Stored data
----

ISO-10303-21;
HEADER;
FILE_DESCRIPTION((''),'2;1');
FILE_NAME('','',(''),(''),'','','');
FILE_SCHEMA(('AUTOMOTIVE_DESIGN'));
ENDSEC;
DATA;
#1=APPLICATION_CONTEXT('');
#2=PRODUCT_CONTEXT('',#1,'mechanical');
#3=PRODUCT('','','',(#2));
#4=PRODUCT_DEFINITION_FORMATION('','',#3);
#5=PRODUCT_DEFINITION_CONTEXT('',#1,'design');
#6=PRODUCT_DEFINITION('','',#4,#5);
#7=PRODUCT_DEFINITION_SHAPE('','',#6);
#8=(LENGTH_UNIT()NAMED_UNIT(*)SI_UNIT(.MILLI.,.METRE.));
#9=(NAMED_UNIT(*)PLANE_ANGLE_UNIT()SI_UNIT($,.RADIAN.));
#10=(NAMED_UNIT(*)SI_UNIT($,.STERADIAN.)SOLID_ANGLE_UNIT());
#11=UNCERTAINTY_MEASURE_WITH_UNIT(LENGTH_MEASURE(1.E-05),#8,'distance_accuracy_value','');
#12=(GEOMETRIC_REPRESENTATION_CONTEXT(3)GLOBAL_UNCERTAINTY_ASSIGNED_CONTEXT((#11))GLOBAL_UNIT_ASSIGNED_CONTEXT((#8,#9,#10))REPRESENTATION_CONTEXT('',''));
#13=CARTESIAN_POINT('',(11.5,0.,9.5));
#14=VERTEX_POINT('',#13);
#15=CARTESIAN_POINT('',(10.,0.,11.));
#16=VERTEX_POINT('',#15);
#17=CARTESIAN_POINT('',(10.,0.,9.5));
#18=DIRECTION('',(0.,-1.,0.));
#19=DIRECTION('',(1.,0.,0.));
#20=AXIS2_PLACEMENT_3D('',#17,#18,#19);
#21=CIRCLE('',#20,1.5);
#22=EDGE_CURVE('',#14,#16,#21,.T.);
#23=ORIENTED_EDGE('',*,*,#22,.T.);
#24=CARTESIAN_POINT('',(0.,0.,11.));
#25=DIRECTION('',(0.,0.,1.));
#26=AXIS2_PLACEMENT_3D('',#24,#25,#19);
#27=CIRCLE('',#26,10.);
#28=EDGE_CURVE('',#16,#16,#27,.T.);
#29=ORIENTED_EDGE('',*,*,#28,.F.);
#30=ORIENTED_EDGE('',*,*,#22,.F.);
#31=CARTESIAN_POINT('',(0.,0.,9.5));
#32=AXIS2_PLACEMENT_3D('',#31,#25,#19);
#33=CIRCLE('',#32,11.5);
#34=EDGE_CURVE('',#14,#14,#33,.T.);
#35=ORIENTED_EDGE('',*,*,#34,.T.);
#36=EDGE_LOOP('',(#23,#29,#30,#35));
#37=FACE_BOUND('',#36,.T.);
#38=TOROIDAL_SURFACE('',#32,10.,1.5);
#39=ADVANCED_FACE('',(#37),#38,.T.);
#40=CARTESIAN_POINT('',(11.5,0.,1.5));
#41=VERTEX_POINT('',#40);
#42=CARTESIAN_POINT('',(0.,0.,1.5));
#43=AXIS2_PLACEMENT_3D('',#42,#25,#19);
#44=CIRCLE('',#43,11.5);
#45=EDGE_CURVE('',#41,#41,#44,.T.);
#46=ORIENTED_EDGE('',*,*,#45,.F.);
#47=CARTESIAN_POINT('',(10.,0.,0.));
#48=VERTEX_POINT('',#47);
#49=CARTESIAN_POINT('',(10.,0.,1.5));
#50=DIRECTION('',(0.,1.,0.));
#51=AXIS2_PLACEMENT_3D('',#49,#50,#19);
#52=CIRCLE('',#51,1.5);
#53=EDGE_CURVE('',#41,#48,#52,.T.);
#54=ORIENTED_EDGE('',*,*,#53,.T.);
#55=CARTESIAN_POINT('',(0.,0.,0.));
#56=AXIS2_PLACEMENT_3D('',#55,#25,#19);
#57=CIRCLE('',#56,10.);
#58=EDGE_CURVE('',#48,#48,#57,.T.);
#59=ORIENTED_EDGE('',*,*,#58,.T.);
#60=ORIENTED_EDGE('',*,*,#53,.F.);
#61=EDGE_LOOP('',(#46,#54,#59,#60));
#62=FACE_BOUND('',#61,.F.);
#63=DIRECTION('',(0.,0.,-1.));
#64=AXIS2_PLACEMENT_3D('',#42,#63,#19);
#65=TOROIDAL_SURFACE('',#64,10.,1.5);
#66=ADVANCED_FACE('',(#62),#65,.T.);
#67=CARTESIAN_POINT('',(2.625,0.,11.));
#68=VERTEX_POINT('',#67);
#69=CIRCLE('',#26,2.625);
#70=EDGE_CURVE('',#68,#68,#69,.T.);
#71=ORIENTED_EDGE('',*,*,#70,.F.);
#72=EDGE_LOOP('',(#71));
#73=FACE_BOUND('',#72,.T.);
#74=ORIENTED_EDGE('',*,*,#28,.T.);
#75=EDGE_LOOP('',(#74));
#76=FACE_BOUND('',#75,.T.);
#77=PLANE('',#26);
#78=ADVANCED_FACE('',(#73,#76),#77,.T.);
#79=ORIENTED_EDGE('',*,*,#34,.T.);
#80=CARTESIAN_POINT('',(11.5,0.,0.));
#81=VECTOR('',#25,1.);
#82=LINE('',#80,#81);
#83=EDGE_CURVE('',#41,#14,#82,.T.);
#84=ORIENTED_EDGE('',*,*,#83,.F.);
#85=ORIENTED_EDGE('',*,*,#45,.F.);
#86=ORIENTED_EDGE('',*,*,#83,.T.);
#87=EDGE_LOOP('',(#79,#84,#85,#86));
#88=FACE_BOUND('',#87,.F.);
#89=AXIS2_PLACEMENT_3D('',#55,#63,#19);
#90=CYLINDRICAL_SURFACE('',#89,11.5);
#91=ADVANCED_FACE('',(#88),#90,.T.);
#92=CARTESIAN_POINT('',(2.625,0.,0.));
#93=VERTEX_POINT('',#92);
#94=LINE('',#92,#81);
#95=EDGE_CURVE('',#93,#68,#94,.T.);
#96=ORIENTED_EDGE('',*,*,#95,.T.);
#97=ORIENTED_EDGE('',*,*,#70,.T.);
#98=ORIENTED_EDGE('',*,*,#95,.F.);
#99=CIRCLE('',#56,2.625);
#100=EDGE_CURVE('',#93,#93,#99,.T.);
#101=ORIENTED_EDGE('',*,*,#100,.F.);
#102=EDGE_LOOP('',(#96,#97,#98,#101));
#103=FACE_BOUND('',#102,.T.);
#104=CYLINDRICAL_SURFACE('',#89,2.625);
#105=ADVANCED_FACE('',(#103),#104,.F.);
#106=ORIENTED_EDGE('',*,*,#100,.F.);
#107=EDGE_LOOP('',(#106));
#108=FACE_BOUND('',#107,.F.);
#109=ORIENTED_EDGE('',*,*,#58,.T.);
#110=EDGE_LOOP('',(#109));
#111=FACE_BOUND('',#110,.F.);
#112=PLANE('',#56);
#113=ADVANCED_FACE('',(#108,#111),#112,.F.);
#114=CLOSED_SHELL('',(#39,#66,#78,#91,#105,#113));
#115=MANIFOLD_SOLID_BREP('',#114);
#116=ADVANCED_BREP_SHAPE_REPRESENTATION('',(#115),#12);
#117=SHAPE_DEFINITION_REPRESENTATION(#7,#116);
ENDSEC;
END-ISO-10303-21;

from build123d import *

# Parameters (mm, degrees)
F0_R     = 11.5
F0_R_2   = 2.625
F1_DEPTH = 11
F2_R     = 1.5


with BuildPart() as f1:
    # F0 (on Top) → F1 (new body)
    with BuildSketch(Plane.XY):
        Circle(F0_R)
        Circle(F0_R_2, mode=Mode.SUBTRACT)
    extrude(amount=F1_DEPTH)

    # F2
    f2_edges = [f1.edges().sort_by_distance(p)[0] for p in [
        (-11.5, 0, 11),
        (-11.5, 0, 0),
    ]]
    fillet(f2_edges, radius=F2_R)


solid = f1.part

----

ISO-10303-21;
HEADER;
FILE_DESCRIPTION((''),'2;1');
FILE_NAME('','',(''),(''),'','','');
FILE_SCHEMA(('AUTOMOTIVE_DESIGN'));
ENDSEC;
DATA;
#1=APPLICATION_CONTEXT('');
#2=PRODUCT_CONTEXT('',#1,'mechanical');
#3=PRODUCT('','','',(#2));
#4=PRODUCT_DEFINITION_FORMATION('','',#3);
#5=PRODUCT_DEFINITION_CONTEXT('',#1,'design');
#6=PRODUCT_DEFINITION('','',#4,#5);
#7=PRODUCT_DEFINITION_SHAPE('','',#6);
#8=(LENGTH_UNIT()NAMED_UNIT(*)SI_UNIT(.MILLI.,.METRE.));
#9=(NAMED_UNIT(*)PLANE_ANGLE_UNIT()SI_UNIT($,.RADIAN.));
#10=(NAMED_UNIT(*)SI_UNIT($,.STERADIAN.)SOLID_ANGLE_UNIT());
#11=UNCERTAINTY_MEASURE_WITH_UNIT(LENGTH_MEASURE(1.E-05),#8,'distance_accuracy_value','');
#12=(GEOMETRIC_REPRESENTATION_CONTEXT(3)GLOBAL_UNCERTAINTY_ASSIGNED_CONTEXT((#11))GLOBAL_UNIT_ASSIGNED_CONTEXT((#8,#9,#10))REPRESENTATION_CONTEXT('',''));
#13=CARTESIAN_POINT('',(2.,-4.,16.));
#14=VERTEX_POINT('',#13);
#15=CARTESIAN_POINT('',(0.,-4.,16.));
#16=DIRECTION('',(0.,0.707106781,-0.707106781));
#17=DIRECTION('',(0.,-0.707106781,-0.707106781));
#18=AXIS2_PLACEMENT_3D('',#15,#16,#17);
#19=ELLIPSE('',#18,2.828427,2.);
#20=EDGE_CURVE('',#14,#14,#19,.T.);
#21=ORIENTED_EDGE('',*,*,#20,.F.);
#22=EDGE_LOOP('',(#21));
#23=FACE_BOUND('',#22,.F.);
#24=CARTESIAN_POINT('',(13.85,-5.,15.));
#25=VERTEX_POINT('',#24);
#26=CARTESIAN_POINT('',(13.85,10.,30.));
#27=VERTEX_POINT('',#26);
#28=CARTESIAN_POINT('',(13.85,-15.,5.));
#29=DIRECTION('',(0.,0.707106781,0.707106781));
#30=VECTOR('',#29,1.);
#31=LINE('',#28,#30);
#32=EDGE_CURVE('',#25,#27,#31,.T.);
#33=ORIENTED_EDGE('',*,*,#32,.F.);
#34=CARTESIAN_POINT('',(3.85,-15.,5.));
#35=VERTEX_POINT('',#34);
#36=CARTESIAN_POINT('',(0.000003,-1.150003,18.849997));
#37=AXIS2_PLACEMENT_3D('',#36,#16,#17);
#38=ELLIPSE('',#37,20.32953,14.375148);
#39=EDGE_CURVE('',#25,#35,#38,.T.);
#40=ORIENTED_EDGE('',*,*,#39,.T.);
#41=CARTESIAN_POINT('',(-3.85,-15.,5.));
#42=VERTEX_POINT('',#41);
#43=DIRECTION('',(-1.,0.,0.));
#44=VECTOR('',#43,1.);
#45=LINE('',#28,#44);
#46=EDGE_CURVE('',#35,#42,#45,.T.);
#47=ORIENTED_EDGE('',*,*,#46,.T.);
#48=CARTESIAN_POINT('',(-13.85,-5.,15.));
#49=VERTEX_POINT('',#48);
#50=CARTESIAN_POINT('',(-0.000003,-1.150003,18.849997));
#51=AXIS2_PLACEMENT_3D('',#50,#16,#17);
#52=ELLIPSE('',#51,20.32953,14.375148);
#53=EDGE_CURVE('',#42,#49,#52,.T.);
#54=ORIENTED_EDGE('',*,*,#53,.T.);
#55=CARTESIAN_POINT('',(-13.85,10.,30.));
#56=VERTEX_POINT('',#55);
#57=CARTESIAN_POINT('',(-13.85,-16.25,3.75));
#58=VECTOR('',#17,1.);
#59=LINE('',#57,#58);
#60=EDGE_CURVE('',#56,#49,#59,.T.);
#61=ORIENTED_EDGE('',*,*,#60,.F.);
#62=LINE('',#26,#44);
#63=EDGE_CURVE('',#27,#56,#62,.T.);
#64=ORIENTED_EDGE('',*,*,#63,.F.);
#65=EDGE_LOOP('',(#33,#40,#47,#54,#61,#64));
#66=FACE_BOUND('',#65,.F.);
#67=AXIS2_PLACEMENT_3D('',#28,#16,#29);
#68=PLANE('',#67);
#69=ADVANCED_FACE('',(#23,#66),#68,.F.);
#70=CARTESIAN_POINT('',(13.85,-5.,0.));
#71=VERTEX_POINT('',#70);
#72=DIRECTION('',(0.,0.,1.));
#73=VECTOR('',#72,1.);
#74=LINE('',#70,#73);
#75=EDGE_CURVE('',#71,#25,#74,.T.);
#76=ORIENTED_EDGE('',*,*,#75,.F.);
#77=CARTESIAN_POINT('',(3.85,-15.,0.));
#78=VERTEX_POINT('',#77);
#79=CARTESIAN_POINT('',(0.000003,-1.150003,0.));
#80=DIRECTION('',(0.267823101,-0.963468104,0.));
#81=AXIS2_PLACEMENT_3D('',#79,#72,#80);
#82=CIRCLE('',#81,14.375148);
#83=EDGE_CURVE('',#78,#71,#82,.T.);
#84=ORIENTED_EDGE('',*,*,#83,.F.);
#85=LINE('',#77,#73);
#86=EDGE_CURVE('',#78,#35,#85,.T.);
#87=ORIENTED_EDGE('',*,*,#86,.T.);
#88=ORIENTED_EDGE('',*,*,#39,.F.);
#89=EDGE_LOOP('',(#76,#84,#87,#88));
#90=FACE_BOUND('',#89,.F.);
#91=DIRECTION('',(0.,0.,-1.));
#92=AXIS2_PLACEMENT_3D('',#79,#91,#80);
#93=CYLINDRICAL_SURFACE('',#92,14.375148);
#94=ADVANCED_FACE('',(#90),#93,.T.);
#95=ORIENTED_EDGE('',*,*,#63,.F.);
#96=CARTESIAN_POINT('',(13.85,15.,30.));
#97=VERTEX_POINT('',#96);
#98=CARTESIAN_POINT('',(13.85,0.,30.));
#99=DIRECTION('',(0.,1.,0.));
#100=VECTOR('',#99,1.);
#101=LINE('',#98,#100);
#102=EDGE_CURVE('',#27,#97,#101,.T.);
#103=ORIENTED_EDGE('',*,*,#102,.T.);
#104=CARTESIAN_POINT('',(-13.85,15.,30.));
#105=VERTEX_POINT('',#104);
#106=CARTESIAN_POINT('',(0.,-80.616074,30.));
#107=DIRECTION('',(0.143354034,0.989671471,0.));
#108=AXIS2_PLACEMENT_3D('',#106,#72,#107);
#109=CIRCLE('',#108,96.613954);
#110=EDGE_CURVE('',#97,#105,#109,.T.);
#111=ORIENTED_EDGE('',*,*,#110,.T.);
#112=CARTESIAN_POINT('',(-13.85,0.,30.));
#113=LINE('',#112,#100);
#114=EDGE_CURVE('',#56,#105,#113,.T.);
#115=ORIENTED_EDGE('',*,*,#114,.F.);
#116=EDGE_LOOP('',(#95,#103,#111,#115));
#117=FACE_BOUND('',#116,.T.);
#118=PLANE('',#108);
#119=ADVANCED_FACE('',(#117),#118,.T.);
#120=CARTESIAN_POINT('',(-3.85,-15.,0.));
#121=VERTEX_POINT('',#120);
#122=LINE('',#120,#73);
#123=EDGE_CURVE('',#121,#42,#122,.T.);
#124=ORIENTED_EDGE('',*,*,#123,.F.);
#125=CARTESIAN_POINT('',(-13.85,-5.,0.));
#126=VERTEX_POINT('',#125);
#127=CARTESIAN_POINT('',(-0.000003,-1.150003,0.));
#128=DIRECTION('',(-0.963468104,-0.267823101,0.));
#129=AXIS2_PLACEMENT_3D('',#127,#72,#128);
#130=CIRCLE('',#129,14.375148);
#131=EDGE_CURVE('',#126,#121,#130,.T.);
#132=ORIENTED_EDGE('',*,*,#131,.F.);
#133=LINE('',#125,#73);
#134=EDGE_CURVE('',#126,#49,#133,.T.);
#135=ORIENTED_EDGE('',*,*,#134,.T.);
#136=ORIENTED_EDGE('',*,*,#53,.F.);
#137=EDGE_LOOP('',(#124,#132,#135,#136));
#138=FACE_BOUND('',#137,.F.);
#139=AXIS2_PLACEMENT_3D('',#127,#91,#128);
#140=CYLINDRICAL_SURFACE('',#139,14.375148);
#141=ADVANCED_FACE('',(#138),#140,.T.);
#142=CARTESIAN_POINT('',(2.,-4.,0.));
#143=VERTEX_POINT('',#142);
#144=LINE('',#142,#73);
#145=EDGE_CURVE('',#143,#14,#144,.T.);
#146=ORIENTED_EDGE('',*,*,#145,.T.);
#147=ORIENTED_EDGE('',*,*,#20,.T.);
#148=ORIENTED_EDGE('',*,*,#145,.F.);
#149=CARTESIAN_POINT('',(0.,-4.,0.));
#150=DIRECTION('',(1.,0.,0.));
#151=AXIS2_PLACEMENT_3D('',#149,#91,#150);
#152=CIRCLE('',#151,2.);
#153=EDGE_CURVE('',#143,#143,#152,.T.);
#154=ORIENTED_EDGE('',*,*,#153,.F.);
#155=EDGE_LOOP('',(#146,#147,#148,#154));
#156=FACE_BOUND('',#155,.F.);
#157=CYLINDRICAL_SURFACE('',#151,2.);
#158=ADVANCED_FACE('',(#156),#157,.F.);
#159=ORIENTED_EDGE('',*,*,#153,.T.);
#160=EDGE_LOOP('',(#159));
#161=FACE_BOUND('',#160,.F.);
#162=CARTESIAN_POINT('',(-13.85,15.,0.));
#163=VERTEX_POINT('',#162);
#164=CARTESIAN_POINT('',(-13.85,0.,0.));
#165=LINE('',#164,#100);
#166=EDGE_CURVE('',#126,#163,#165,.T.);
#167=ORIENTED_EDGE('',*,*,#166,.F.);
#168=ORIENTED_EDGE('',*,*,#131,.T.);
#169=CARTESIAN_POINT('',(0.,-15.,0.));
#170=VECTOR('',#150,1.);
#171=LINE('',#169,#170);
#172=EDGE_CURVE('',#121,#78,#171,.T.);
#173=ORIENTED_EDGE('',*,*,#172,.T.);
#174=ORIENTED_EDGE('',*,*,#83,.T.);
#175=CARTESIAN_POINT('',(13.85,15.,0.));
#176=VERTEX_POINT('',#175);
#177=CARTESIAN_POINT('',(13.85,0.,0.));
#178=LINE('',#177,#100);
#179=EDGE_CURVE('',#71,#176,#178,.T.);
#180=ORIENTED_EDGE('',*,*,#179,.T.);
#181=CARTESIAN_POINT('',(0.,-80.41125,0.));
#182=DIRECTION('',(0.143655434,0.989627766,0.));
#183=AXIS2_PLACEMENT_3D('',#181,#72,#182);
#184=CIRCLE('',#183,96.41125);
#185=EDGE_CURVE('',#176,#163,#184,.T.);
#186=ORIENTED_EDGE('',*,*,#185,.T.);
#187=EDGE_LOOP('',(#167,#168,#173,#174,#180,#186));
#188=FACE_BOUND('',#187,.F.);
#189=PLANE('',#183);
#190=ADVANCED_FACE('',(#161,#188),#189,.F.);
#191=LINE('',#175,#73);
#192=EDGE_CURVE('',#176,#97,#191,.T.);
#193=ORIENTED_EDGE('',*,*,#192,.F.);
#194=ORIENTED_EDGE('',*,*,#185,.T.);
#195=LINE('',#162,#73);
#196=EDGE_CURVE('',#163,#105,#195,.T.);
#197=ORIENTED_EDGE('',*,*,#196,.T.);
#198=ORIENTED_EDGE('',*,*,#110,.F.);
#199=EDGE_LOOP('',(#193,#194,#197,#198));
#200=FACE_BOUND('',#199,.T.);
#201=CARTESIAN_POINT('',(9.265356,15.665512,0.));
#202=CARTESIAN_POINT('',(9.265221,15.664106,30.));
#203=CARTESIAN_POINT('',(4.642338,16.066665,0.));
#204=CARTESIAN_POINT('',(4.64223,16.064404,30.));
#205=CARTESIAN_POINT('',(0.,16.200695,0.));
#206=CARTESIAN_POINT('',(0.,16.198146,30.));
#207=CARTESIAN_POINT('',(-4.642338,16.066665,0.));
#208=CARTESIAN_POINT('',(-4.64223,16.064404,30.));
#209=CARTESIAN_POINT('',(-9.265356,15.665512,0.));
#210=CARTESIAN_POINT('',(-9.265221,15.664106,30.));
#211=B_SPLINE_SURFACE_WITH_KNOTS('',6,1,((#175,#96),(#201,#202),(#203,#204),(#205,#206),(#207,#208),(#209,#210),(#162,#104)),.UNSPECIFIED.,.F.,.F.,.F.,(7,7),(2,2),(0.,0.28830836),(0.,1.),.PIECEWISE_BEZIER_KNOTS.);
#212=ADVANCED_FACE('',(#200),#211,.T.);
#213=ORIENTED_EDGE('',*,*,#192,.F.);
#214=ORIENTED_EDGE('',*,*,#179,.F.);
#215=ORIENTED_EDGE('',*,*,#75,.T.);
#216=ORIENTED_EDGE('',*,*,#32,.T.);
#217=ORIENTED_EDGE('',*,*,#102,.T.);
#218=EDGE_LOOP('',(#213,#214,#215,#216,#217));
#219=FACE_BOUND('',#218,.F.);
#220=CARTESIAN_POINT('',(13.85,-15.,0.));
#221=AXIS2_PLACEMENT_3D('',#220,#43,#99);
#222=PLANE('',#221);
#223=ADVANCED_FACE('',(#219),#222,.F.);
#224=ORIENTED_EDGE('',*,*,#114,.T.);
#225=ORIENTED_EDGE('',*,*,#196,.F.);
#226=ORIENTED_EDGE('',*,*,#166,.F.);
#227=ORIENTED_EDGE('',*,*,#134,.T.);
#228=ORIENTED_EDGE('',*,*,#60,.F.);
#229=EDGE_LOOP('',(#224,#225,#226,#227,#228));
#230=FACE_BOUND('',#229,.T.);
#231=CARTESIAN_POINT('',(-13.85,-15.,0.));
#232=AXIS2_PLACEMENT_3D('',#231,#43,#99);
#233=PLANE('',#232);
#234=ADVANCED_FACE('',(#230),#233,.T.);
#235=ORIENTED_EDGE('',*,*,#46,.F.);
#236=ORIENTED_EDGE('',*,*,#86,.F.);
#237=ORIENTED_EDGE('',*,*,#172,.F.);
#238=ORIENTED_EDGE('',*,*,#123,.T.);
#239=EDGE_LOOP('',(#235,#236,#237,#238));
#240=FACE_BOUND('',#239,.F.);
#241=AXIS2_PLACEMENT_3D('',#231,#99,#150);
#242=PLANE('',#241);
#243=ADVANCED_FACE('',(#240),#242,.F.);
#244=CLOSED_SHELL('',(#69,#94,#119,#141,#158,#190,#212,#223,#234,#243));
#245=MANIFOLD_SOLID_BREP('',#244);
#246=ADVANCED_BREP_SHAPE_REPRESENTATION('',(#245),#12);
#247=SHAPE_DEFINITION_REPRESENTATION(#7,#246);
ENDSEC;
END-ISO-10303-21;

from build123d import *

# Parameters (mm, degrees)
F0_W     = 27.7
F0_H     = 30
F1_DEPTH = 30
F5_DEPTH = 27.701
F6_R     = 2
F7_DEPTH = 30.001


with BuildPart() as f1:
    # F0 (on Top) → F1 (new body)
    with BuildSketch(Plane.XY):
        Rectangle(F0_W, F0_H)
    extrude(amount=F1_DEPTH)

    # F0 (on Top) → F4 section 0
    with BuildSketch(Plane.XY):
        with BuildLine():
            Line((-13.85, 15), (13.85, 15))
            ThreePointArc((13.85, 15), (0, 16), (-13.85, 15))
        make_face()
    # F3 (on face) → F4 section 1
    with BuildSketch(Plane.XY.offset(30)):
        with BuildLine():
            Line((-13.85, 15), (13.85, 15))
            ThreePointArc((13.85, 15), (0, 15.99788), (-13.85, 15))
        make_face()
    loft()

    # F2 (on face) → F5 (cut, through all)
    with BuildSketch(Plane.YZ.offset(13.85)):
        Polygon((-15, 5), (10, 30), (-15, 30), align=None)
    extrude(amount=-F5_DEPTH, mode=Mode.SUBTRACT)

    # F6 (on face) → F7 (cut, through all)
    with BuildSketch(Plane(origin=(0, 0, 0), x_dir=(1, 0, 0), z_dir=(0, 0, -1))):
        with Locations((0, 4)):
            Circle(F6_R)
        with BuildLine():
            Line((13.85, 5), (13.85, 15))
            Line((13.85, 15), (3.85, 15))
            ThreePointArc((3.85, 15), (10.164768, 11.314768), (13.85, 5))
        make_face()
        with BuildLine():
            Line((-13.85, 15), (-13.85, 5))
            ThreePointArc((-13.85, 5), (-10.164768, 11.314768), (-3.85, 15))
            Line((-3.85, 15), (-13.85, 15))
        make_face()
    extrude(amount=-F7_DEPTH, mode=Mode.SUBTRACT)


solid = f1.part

----

Problem statement:
Of all the entries above, retype exactly the lines from the line with "#47=CARTESIAN_POINT('',(10.,0.,0.));" to the line with "#60=ORIENTED_EDGE('',*,*,#53,.F.);", both included, and no others.

Reply to the exercise:
#47=CARTESIAN_POINT('',(10.,0.,0.));
#48=VERTEX_POINT('',#47);
#49=CARTESIAN_POINT('',(10.,0.,1.5));
#50=DIRECTION('',(0.,1.,0.));
#51=AXIS2_PLACEMENT_3D('',#49,#50,#19);
#52=CIRCLE('',#51,1.5);
#53=EDGE_CURVE('',#41,#48,#52,.T.);
#54=ORIENTED_EDGE('',*,*,#53,.T.);
#55=CARTESIAN_POINT('',(0.,0.,0.));
#56=AXIS2_PLACEMENT_3D('',#55,#25,#19);
#57=CIRCLE('',#56,10.);
#58=EDGE_CURVE('',#48,#48,#57,.T.);
#59=ORIENTED_EDGE('',*,*,#58,.T.);
#60=ORIENTED_EDGE('',*,*,#53,.F.);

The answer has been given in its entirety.